# What color eye would you want?



## That Random Guy (Jan 31, 2015)

Whatever you want!


----------



## Kevin001 (Jan 2, 2015)

Green!


----------



## Charmeleon (Aug 5, 2010)

Red glowing demonic eyes would be great but I'm okay with my boring poopy brown eyes for now.


----------



## MCHB (Jan 1, 2013)

I like my eye color; blue near the outside, yellow near the pupil.


----------



## WineKitty (Nov 26, 2004)

I checked other because there is not a "no change" option. My eye color is one thing I have always liked. I have an unusual hazel color to my eyes. Seems greener at times. It's one of my best features and I always get compliments on them. I wouldnt change my eye color for any other color.


----------



## Memories of Silence (May 15, 2015)

Green. I don't think you can really have the shade I would want:


----------



## TuxedoChief (Jan 11, 2015)

I'm happy with my blue.


----------



## Surly Wurly (May 9, 2015)

i seem to know a lot of girls with really pale eyes, it looks amazing, i wonder if it seems weird when i eyeball their eyeballs

i quite like mine as they are, kinda different but not too flashy


----------



## Perkins (Dec 14, 2010)

Whatever. I still think brown eyes are underrated.


----------



## Constellations (Sep 23, 2013)

I like grey eyes, and I'm black so I think they would look good with my skin colour
However I don't really mind my brown eyes


----------



## Amethyst Forest (Jul 29, 2012)

Other: no change to my eye color. While the results (so far) _do_ show that my particular eye color isn't anybody's top choice, I like my (brown) eyes just the way they are.


----------



## SaladDays (Nov 26, 2013)

blue, of course. masterrace eye color.sadly i have the inferior poopy brown eyes =(


----------



## Farideh (Nov 13, 2011)

Light green. People who have light green eyes look freaky yet attractive. I have light brown eyes with a hint of yellow in them. People have asked me what color my eyes are....they're brown. I had someone tell me I have hazel eyes which I don't. Hazel is a trippy eye color.


----------



## Joe (May 18, 2010)

Red, yellow, something cool and not brown blue or hazel


----------



## M0rbid (Jan 11, 2011)

Red


----------



## Batcat (Nov 19, 2014)

I like my blue eyes, they can look slightly green in certain lighting because of the yellow ring. Grey eyes might also go well with my pale skin but I prefer my current eye colour. Perhaps a mix of grey, blue and green would look cool.


----------



## Persephone The Dread (Aug 28, 2010)

Purple, green or black would be cool (like black sclera as well.) I'd rather have the ability to just change my eye colour when I felt like it to whatever I felt like though.

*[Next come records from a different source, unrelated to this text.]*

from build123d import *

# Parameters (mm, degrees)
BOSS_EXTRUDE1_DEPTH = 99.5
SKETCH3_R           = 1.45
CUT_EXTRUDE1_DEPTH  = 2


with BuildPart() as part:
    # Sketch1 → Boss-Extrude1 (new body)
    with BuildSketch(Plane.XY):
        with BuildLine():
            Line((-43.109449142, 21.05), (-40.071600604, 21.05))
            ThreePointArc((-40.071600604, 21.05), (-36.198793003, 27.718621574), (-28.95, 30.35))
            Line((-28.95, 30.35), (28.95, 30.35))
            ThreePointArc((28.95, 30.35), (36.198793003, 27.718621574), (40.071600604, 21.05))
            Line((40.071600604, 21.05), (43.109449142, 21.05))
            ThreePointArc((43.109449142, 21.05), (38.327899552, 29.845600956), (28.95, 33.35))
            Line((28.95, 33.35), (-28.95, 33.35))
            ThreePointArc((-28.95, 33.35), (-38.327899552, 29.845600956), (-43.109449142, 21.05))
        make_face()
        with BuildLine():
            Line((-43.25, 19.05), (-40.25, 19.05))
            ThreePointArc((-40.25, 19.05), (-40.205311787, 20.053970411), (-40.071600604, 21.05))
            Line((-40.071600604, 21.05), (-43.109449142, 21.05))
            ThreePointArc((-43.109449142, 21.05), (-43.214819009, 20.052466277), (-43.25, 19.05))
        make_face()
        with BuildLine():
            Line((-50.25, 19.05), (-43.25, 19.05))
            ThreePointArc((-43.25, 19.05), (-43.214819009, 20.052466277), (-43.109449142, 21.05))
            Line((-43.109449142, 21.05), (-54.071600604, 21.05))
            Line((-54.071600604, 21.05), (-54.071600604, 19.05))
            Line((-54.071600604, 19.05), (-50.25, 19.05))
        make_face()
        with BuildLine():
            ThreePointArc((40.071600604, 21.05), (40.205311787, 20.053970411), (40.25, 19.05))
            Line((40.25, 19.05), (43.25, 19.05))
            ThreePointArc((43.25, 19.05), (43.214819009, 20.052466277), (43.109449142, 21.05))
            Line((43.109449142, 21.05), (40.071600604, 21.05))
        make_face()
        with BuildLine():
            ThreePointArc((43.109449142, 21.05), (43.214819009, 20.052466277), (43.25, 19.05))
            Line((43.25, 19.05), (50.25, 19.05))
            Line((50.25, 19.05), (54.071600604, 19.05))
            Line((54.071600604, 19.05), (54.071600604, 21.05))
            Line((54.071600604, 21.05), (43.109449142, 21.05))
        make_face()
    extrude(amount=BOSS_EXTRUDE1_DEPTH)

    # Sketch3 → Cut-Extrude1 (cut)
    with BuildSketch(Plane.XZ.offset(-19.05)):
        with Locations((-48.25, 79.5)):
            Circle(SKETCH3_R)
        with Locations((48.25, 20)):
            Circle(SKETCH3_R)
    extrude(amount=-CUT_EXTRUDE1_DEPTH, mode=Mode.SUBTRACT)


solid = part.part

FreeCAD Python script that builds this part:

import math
import FreeCAD as App
import Part
import Sketcher
from FreeCAD import Vector
Q = App.Units.Quantity

doc = App.newDocument("Part")
body = doc.addObject("PartDesign::Body", "Body")

# Sketch on XY plane
sketch1 = doc.addObject("Sketcher::SketchObject", "Sketch")
body.addObject(sketch1)
sketch1.AttachmentSupport = (doc.XY_Plane, [""])
sketch1.MapMode = "FlatFace"
sketch1.addGeometry(Part.ArcOfCircle(Part.Circle(Vector(-28.9, 19.1, 0), Vector(0, 0, 1), 11.3), math.radians(90), math.radians(170)), False)
sketch1.addGeometry(Part.LineSegment(Vector(-28.9, 30.4, 0), Vector(28.9, 30.4, 0)), False)
sketch1.addGeometry(Part.ArcOfCircle(Part.Circle(Vector(28.9, 19.1, 0), Vector(0, 0, 1), 11.3), math.radians(10), math.radians(90)), False)
sketch1.addGeometry(Part.ArcOfCircle(Part.Circle(Vector(29, 19.1, 0), Vector(0, 0, 1), 11.3), math.radians(0), math.radians(10.19)), False)
sketch1.addGeometry(Part.LineSegment(Vector(40.2, 19.1, 0), Vector(54.1, 19.1, 0)), False)
sketch1.addGeometry(Part.LineSegment(Vector(54.1, 19.1, 0), Vector(54.1, 21.1, 0)), False)
sketch1.addGeometry(Part.LineSegment(Vector(54.1, 21.1, 0), Vector(43.1, 21.1, 0)), False)
sketch1.addGeometry(Part.ArcOfCircle(Part.Circle(Vector(29, 19.1, 0), Vector(0, 0, 1), 14.3), math.radians(8), math.radians(90)), False)
sketch1.addGeometry(Part.LineSegment(Vector(28.9, 33.4, 0), Vector(-28.9, 33.4, 0)), False)
sketch1.addGeometry(Part.ArcOfCircle(Part.Circle(Vector(-29, 19.1, 0), Vector(0, 0, 1), 14.3), math.radians(90), math.radians(172)), False)
sketch1.addGeometry(Part.LineSegment(Vector(-43.1, 21.1, 0), Vector(-54.1, 21.1, 0)), False)
sketch1.addGeometry(Part.LineSegment(Vector(-54.1, 21.1, 0), Vector(-54.1, 19.1, 0)), False)
sketch1.addGeometry(Part.LineSegment(Vector(-54.1, 19.1, 0), Vector(-40.2, 19.1, 0)), False)
sketch1.addGeometry(Part.ArcOfCircle(Part.Circle(Vector(-29, 19.1, 0), Vector(0, 0, 1), 11.3), math.radians(169.81), math.radians(180)), False)
sketch1.addConstraint(Sketcher.Constraint("Tangent", 0, 1, 1, 1))
sketch1.addConstraint(Sketcher.Constraint("Tangent", 1, 2, 2, 2))
sketch1.addConstraint(Sketcher.Constraint("Tangent", 2, 1, 3, 2))
sketch1.addConstraint(Sketcher.Constraint("Coincident", 3, 1, 4, 1))
sketch1.addConstraint(Sketcher.Constraint("Coincident", 4, 2, 5, 1))
sketch1.addConstraint(Sketcher.Constraint("Coincident", 5, 2, 6, 1))
sketch1.addConstraint(Sketcher.Constraint("Coincident", 6, 2, 7, 1))
sketch1.addConstraint(Sketcher.Constraint("Tangent", 7, 2, 8, 1))
sketch1.addConstraint(Sketcher.Constraint("Tangent", 8, 2, 9, 1))
sketch1.addConstraint(Sketcher.Constraint("Coincident", 9, 2, 10, 1))
sketch1.addConstraint(Sketcher.Constraint("Coincident", 10, 2, 11, 1))
sketch1.addConstraint(Sketcher.Constraint("Coincident", 11, 2, 12, 1))
sketch1.addConstraint(Sketcher.Constraint("Coincident", 12, 2, 13, 2))
sketch1.addConstraint(Sketcher.Constraint("Tangent", 13, 1, 0, 2))
sketch1.addConstraint(Sketcher.Constraint("Horizontal", 1))
sketch1.addConstraint(Sketcher.Constraint("Horizontal", 4))
sketch1.addConstraint(Sketcher.Constraint("Vertical", 5))
sketch1.addConstraint(Sketcher.Constraint("Horizontal", 6))
sketch1.addConstraint(Sketcher.Constraint("Horizontal", 8))
sketch1.addConstraint(Sketcher.Constraint("Horizontal", 10))
sketch1.addConstraint(Sketcher.Constraint("Vertical", 11))
sketch1.addConstraint(Sketcher.Constraint("Horizontal", 12))
sketch1.addConstraint(Sketcher.Constraint("Coincident", 7, 3, 2, 3))
sketch1.addConstraint(Sketcher.Constraint("Coincident", 9, 3, 0, 3))
sketch1.addConstraint(Sketcher.Constraint("Equal", 0, 2))
sketch1.addConstraint(Sketcher.Constraint("Equal", 2, 3))
sketch1.addConstraint(Sketcher.Constraint("Equal", 3, 13))
sketch1.addConstraint(Sketcher.Constraint("Symmetric", 6, 2, 9, 2, -2))
sketch1.addConstraint(Sketcher.Constraint("Symmetric", 4, 2, 11, 2, -2))
sketch1.addConstraint(Sketcher.Constraint("Horizontal", 13, 3, 3, 1))
sketch1.addConstraint(Sketcher.Constraint("Horizontal", 2, 1, 5, 2))
sketch1.addConstraint(Sketcher.Constraint("Horizontal", 10, 2, 13, 1))
sketch1.addConstraint(Sketcher.Constraint("Radius", 0, Q("11.3 mm")))
sketch1.addConstraint(Sketcher.Constraint("Radius", 7, Q("14.3 mm")))
sketch1.addConstraint(Sketcher.Constraint("DistanceY", 5, 1, 5, 2, Q("2 mm")))
sketch1.addConstraint(Sketcher.Constraint("DistanceX", 1, 1, 1, 2, Q("57.9 mm")))
sketch1.addConstraint(Sketcher.Constraint("DistanceX", 2, 1, 4, 2, Q("14 mm")))
sketch1.addConstraint(Sketcher.Constraint("DistanceY", -1, 1, 0, 3, Q("19.05 mm")))
pad1 = doc.addObject("PartDesign::Pad", "Pad")
body.addObject(pad1)
pad1.Profile = sketch1
pad1.Length = 99.5

# Sketch on XZ plane
sketch2 = doc.addObject("Sketcher::SketchObject", "Sketch001")
body.addObject(sketch2)
sketch2.AttachmentSupport = (doc.XZ_Plane, [""])
sketch2.MapMode = "FlatFace"
sketch2.AttachmentOffset = App.Placement(Vector(0, 0, -19.05), App.Rotation())
sketch2.addGeometry(Part.Circle(Vector(-48.2, 79.5, 0), Vector(0, 0, 1), 1.4), False)
sketch2.addGeometry(Part.Circle(Vector(48.2, 20, 0), Vector(0, 0, 1), 1.4), False)
sketch2.addConstraint(Sketcher.Constraint("Equal", 0, 1))
sketch2.addConstraint(Sketcher.Constraint("Diameter", 0, Q("2.9 mm")))
sketch2.addConstraint(Sketcher.Constraint("DistanceY", -1, 1, 1, 3, Q("20 mm")))
sketch2.addConstraint(Sketcher.Constraint("DistanceY", -1, 1, 0, 3, Q("79.5 mm")))
sketch2.addConstraint(Sketcher.Constraint("DistanceX", 0, 3, 1, 3, Q("96.5 mm")))
sketch2.addConstraint(Sketcher.Constraint("DistanceX", 0, 3, -1, 1, Q("48.25 mm")))
pocket1 = doc.addObject("PartDesign::Pocket", "Pocket")
body.addObject(pocket1)
pocket1.Profile = sketch2
pocket1.Length = 2

doc.recompute()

You know rainbow occasionally would be cool too.

I love dark eyes on other people though.


----------



## SplendidBob (May 28, 2014)

Was thinking about this the other day and I would want heterochromia  - not sure which colour for each eye though, maybe green and blue.


----------



## RelinquishedHell (Apr 10, 2012)

I'd really like to have green eyes.


----------



## MondKrabbe (Sep 7, 2015)

I kind of like my brown eyes, but I wouldn't mind having grey eyes.


----------



## RestlessNative (Jun 17, 2014)

I have dark brown eyes and I like them that way. I think I'd look stupid with any other colour.


----------



## RestlessNative (Jun 17, 2014)

Oh, you've got green eyes, oh, you've got blue eyes, oh, you've got grey eyes.


----------



## Charmander (Sep 5, 2012)

I've always wanted brown eyes since I was little, because I just think they look so nice on people. Maybe it's because they're darker. I think they kind of work like make up in a way and draw more attention to the eye area. 

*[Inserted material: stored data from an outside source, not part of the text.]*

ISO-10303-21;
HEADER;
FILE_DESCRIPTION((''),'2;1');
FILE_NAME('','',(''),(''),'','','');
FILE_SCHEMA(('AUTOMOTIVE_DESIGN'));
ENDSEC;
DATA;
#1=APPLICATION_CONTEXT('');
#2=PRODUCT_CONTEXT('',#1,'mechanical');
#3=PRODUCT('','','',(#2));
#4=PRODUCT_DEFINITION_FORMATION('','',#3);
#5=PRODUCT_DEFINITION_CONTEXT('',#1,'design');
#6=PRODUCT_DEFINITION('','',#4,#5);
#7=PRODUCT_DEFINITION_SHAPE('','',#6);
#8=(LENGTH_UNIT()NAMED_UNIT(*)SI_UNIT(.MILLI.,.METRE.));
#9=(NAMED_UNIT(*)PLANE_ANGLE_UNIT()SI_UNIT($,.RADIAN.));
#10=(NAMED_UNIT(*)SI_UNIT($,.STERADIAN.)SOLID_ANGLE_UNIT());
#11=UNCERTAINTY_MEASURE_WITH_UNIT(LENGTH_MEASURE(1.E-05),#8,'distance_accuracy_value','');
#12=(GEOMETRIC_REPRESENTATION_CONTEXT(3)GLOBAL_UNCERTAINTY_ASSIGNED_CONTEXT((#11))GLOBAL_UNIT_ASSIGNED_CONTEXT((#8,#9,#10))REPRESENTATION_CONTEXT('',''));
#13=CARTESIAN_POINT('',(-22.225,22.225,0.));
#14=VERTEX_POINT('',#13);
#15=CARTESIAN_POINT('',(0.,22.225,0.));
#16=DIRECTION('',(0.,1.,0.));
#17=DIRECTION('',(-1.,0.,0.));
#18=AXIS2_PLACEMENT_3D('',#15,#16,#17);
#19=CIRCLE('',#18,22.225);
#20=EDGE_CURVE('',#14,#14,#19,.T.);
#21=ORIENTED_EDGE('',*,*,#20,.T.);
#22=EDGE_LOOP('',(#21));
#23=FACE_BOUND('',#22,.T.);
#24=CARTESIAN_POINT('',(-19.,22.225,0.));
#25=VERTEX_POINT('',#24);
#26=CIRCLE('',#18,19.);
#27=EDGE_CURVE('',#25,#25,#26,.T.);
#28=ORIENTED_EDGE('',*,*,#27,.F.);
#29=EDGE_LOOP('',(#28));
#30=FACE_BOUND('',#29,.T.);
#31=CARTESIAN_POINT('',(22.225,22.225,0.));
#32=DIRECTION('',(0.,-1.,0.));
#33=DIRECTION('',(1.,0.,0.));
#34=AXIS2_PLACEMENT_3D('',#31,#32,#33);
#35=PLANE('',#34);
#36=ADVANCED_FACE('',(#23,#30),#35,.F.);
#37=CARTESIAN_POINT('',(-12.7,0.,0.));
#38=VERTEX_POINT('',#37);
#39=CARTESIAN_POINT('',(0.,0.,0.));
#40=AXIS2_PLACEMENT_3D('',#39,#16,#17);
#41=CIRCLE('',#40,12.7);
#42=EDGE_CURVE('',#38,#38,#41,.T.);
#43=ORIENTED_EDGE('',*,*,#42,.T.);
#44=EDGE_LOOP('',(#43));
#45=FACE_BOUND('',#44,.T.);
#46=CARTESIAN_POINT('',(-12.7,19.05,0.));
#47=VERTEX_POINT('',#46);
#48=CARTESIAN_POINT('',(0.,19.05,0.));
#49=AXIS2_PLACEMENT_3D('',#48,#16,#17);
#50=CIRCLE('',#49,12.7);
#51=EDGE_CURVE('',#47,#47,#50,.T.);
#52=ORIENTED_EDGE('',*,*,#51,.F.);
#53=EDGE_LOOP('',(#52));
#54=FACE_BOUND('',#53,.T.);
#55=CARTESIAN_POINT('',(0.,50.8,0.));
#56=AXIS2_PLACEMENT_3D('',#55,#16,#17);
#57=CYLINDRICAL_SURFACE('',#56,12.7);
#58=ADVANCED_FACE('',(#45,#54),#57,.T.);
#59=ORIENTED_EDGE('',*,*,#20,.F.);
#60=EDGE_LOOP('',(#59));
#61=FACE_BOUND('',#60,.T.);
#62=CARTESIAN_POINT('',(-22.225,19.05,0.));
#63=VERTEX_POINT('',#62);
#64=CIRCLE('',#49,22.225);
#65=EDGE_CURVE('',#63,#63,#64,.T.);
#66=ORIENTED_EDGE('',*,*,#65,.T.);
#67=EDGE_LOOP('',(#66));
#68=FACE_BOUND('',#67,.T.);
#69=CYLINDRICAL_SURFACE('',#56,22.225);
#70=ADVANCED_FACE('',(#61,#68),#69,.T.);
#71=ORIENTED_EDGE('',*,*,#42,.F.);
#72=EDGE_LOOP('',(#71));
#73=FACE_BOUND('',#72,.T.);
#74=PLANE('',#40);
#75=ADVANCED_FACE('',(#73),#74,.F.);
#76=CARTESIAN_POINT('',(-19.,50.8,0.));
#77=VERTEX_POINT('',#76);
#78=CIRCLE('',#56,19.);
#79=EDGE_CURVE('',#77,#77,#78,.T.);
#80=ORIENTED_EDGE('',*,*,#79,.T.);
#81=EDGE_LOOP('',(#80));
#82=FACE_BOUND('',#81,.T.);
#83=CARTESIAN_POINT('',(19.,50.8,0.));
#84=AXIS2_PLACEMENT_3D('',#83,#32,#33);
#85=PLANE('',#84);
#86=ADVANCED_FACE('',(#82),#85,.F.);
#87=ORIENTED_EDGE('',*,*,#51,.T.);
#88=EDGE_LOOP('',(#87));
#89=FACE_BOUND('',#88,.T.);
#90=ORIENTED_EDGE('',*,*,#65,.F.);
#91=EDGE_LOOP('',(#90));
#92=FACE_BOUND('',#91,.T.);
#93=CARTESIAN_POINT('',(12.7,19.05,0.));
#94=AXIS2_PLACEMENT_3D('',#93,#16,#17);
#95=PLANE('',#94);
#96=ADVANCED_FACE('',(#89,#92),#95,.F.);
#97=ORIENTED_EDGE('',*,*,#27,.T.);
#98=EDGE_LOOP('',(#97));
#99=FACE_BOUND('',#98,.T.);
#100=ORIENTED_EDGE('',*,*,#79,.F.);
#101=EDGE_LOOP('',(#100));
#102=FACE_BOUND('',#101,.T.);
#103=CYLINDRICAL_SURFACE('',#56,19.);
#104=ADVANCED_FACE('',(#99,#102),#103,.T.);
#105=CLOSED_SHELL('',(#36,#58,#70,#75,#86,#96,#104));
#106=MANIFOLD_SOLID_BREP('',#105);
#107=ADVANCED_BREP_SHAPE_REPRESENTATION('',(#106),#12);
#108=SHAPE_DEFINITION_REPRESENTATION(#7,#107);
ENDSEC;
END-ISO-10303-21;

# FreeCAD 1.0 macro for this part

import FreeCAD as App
import Part
import Sketcher

V = App.Vector
Q = App.Units.Quantity

doc = App.newDocument("Part")
params = doc.addObject("Spreadsheet::Sheet", "Params")
for row, (alias, value) in enumerate([
    ("sketch1_height", "2 in"),
    ("sketch1_width", "0.5 in"),
    ("sketch1_height2", "0.75 in"),
    ("sketch1_width2", "0.375 in"),
    ("sketch1_height3", "0.125 in"),
    ("revolution_angle", "360 deg"),
], start=1):
    params.set(f"A{row}", alias)
    params.set(f"B{row}", "=" + value)
    params.setAlias(f"B{row}", alias)

body = doc.addObject("PartDesign::Body", "Body")

# Sketch on XY plane
sketch1 = doc.addObject("Sketcher::SketchObject", "Sketch")
body.addObject(sketch1)
sketch1.AttachmentSupport = (doc.XY_Plane, [""])
sketch1.MapMode = "FlatFace"
sketch1.addGeometry(Part.LineSegment(V(0, 0, 0), V(12.7, 0, 0)), False)
sketch1.addGeometry(Part.LineSegment(V(12.7, 0, 0), V(12.7, 19.1, 0)), False)
sketch1.addGeometry(Part.LineSegment(V(12.7, 19.1, 0), V(22.2, 19.1, 0)), False)
sketch1.addGeometry(Part.LineSegment(V(22.2, 19.1, 0), V(22.2, 22.2, 0)), False)
sketch1.addGeometry(Part.LineSegment(V(22.2, 22.2, 0), V(19, 22.2, 0)), False)
sketch1.addGeometry(Part.LineSegment(V(19, 22.2, 0), V(19, 50.8, 0)), False)
sketch1.addGeometry(Part.LineSegment(V(19, 50.8, 0), V(0, 50.8, 0)), False)
sketch1.addGeometry(Part.LineSegment(V(0, 50.8, 0), V(0, 0, 0)), False)
sketch1.addConstraint(Sketcher.Constraint("Coincident", 0, 2, 1, 1))
sketch1.addConstraint(Sketcher.Constraint("Coincident", 1, 2, 2, 1))
sketch1.addConstraint(Sketcher.Constraint("Coincident", 2, 2, 3, 1))
sketch1.addConstraint(Sketcher.Constraint("Coincident", 3, 2, 4, 1))
sketch1.addConstraint(Sketcher.Constraint("Coincident", 4, 2, 5, 1))
sketch1.addConstraint(Sketcher.Constraint("Coincident", 5, 2, 6, 1))
sketch1.addConstraint(Sketcher.Constraint("Coincident", 6, 2, 7, 1))
sketch1.addConstraint(Sketcher.Constraint("Coincident", 7, 2, 0, 1))
sketch1.addConstraint(Sketcher.Constraint("Horizontal", 0))
sketch1.addConstraint(Sketcher.Constraint("Vertical", 1))
sketch1.addConstraint(Sketcher.Constraint("Horizontal", 2))
sketch1.addConstraint(Sketcher.Constraint("Vertical", 3))
sketch1.addConstraint(Sketcher.Constraint("Horizontal", 4))
sketch1.addConstraint(Sketcher.Constraint("Vertical", 5))
sketch1.addConstraint(Sketcher.Constraint("Horizontal", 6))
sketch1.addConstraint(Sketcher.Constraint("Vertical", 7))
sketch1.addConstraint(Sketcher.Constraint("Coincident", 7, 2, -1, 1))
sketch1.addConstraint(Sketcher.Constraint("DistanceY", 7, 2, 7, 1, Q("2 in")))
sketch1.addConstraint(Sketcher.Constraint("DistanceX", 0, 1, 0, 2, Q("0.5 in")))
sketch1.addConstraint(Sketcher.Constraint("DistanceY", 1, 1, 1, 2, Q("0.75 in")))
sketch1.addConstraint(Sketcher.Constraint("DistanceX", 2, 1, 2, 2, Q("0.375 in")))
sketch1.addConstraint(Sketcher.Constraint("DistanceY", 3, 1, 3, 2, Q("0.125 in")))
sketch1.addConstraint(Sketcher.Constraint("DistanceX", 4, 2, 4, 1, 3.225))
sketch1.setExpression("Constraints[17]", "Params.sketch1_height")
sketch1.setExpression("Constraints[18]", "Params.sketch1_width")
sketch1.setExpression("Constraints[19]", "Params.sketch1_height2")
sketch1.setExpression("Constraints[20]", "Params.sketch1_width2")
sketch1.setExpression("Constraints[21]", "Params.sketch1_height3")
revolution = doc.addObject("PartDesign::Revolution", "Revolution")
body.addObject(revolution)
revolution.Profile = sketch1
revolution.ReferenceAxis = (sketch1, ["V_Axis"])
revolution.setExpression("Angle", "Params.revolution_angle")

doc.recompute()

Green eyes are cool too but it's sometimes hard to find photos that aren't ridiculously over-edited lol.


----------



## Andras96 (Mar 28, 2014)

I always thought green eyes were awesome.


----------



## ShatteredGlass (Oct 12, 2012)

green 👌👌👌

my blue eyes are.. fine tbh, but green eyes would be awesome af


----------



## Loosh (Oct 13, 2015)

I have green eyes, but I wouldn't mind some sea-blue eyes.


----------



## thinkstoomuch101 (Jun 7, 2012)

BIG and BROWN..

I was talking to my beautician who was 1/2 black 1/2 native (cherokee), and she had these big brown eyes that you just couldn't stop looking at. 

I told her, i wasn't gay or anything but i just couldn't stop looking at her when she spoke. When i described her eyes, she looked at me, and said: "Girl, i don't think you know this, but you have the same eye shape and color that i do!"

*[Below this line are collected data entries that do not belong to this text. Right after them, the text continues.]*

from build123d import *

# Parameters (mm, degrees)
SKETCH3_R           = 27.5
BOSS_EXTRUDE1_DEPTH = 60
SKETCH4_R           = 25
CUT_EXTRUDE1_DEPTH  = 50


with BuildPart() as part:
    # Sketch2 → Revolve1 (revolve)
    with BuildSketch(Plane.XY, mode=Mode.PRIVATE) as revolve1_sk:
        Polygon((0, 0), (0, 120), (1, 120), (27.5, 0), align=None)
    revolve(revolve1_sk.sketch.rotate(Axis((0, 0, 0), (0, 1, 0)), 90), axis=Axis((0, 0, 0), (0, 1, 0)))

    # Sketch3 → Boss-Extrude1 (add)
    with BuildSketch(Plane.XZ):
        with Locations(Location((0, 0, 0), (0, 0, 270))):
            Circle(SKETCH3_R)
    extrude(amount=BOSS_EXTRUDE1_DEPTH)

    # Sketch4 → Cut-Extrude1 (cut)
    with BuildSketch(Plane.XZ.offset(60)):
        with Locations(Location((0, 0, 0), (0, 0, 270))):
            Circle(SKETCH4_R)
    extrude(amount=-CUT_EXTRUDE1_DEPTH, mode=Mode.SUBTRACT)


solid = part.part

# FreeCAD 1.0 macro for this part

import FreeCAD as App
import Part
import Sketcher
from FreeCAD import Vector


def add_polygon(sketch, points):
    """Adds a closed chain of lines whose ends are joined by coincident constraints."""
    first, n = sketch.GeometryCount, len(points)
    for a, b in zip(points, points[1:] + points[:1]):
        sketch.addGeometry(Part.LineSegment(App.Vector(*a, 0), App.Vector(*b, 0)), False)
    for i in range(n):
        sketch.addConstraint(Sketcher.Constraint("Coincident", first + i, 2, first + (i + 1) % n, 1))

doc = App.newDocument("Part")
params = doc.addObject("Spreadsheet::Sheet", "Params")
for row, (alias, value) in enumerate([
    ("sketch1_width", "1 mm"),
    ("sketch1_height", "120 mm"),
    ("sketch1_width2", "27.5 mm"),
    ("revolution_angle", "360 deg"),
    ("sketch2_diameter", "55 mm"),
    ("pad1_length", "60 mm"),
    ("sketch3_diameter", "50 mm"),
    ("pocket1_length", "50 mm"),
], start=1):
    params.set(f"A{row}", alias)
    params.set(f"B{row}", "=" + value)
    params.setAlias(f"B{row}", alias)

body = doc.addObject("PartDesign::Body", "Body")

# Sketch on XY plane
sketch1 = body.newObject("Sketcher::SketchObject", "Sketch")
sketch1.AttachmentSupport = (doc.getObject("XY_Plane"), [""])
sketch1.MapMode = "FlatFace"
add_polygon(sketch1, [(0, 120), (0, 0), (27.5, 0), (1, 120)])  # lines 0-3
sketch1.addConstraint([
    Sketcher.Constraint("Vertical", 0),
    Sketcher.Constraint("Horizontal", 1),
    Sketcher.Constraint("Horizontal", 3),
    Sketcher.Constraint("Coincident", 0, 2, -1, 1),
    Sketcher.Constraint("DistanceX", 3, 2, 3, 1, 1.0),
    Sketcher.Constraint("DistanceY", 0, 2, 0, 1, 120.0),
    Sketcher.Constraint("DistanceX", 1, 1, 1, 2, 27.5),
])
sketch1.setExpression("Constraints[8]", "Params.sketch1_width")
sketch1.setExpression("Constraints[9]", "Params.sketch1_height")
sketch1.setExpression("Constraints[10]", "Params.sketch1_width2")
revolution = body.newObject("PartDesign::Revolution", "Revolution")
revolution.Profile = sketch1
revolution.ReferenceAxis = (sketch1, ["V_Axis"])
revolution.setExpression("Angle", "Params.revolution_angle")

# Sketch on XZ plane
sketch2 = body.newObject("Sketcher::SketchObject", "Sketch001")
sketch2.AttachmentSupport = (doc.getObject("XZ_Plane"), [""])
sketch2.MapMode = "FlatFace"
sketch2.addGeometry(Part.Circle(Vector(0, 0, 0), Vector(0, 0, 1), 28), False)
sketch2.addConstraint([
    Sketcher.Constraint("Coincident", 0, 3, -1, 1),
    Sketcher.Constraint("Diameter", 0, 55.0),
])
sketch2.setExpression("Constraints[1]", "Params.sketch2_diameter")
pad1 = body.newObject("PartDesign::Pad", "Pad")
pad1.Profile = sketch2
pad1.setExpression("Length", "Params.pad1_length")

# Sketch on XZ plane
sketch3 = body.newObject("Sketcher::SketchObject", "Sketch002")
sketch3.AttachmentSupport = (doc.getObject("XZ_Plane"), [""])
sketch3.MapMode = "FlatFace"
sketch3.AttachmentOffset = App.Placement(Vector(0, 0, 60), App.Rotation())
sketch3.addGeometry(Part.Circle(Vector(0, 0, 0), Vector(0, 0, 1), 25), False)
sketch3.addConstraint([
    Sketcher.Constraint("Coincident", 0, 3, -1, 1),
    Sketcher.Constraint("Diameter", 0, 50.0),
])
sketch3.setExpression("Constraints[1]", "Params.sketch3_diameter")
pocket1 = body.newObject("PartDesign::Pocket", "Pocket")
pocket1.Profile = sketch3
pocket1.setExpression("Length", "Params.pocket1_length")

doc.recompute()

This lets you know just how "not so self-aware" i truly am.


----------



## JustThisGuy (Mar 24, 2012)

TuxedoChief said:


> I'm happy with my blue.


Same. Dark blue, baby.


----------



## SD92 (Nov 9, 2013)

Not bothered. I'm fine keeping my green eyes.


----------



## tea111red (Nov 8, 2005)

My eyes are hazel and I guess I like that, but it'd be nice if the green was more vibrant looking.


----------



## visualkeirockstar (Aug 5, 2012)

White.


----------



## peace_love (Oct 24, 2008)

Light brown or hazel


----------



## desartamiu (Aug 2, 2015)

I love my eyes as they are. They are kind of like an olive green colour with a golden ring around the pupils.


----------



## Cletis (Oct 10, 2011)

Mine are blue and I'm happy with that.


----------



## Amorphousanomaly (Jun 20, 2012)

I voted for my color, green. I'm pretty happy with them, especially when I wear gold or purple eye-shadow, it really makes them pop.
My husband has these gorgeous blue-grey eyes. :3 We're a pretty pair.


----------



## kageri (Oct 2, 2014)

As long as it's a light color, the opposite of mine, then colored contacts can make it whatever you want.


----------



## Rodrigo R (Aug 19, 2015)

To want for? for me? I'm ok with my dark eyes, for a girlfriend grey color is the best color ever


----------



## coeur_brise (Oct 7, 2004)

Hazel eyes. They look so pretty on olive or tan skinned people, or any skin color for that matter.


----------



## AffinityWing (Aug 11, 2013)

I think heterochromia looks cool. I'd like to maybe have one eye blue and another a darker shade of blue.


----------



## Zadaliya (Apr 7, 2015)

I was going to say violet but then I saw rainbow. Still, violet would be grand.


----------



## burgerchuckie (May 31, 2012)

Gray. It matches my personality.


----------



## Steve French (Sep 17, 2012)

I'm content with my own eye colour. A dark, grayish kind of blue. Ring of gold around the black. Or do all eyes have that?


----------



## i suck at life (Mar 14, 2014)

no eyes lol
but yea, i picked grey


----------



## tehuti88 (Jun 19, 2005)

(I'm sticking to natural eye colors...I could get carried away with some fantasy colors!)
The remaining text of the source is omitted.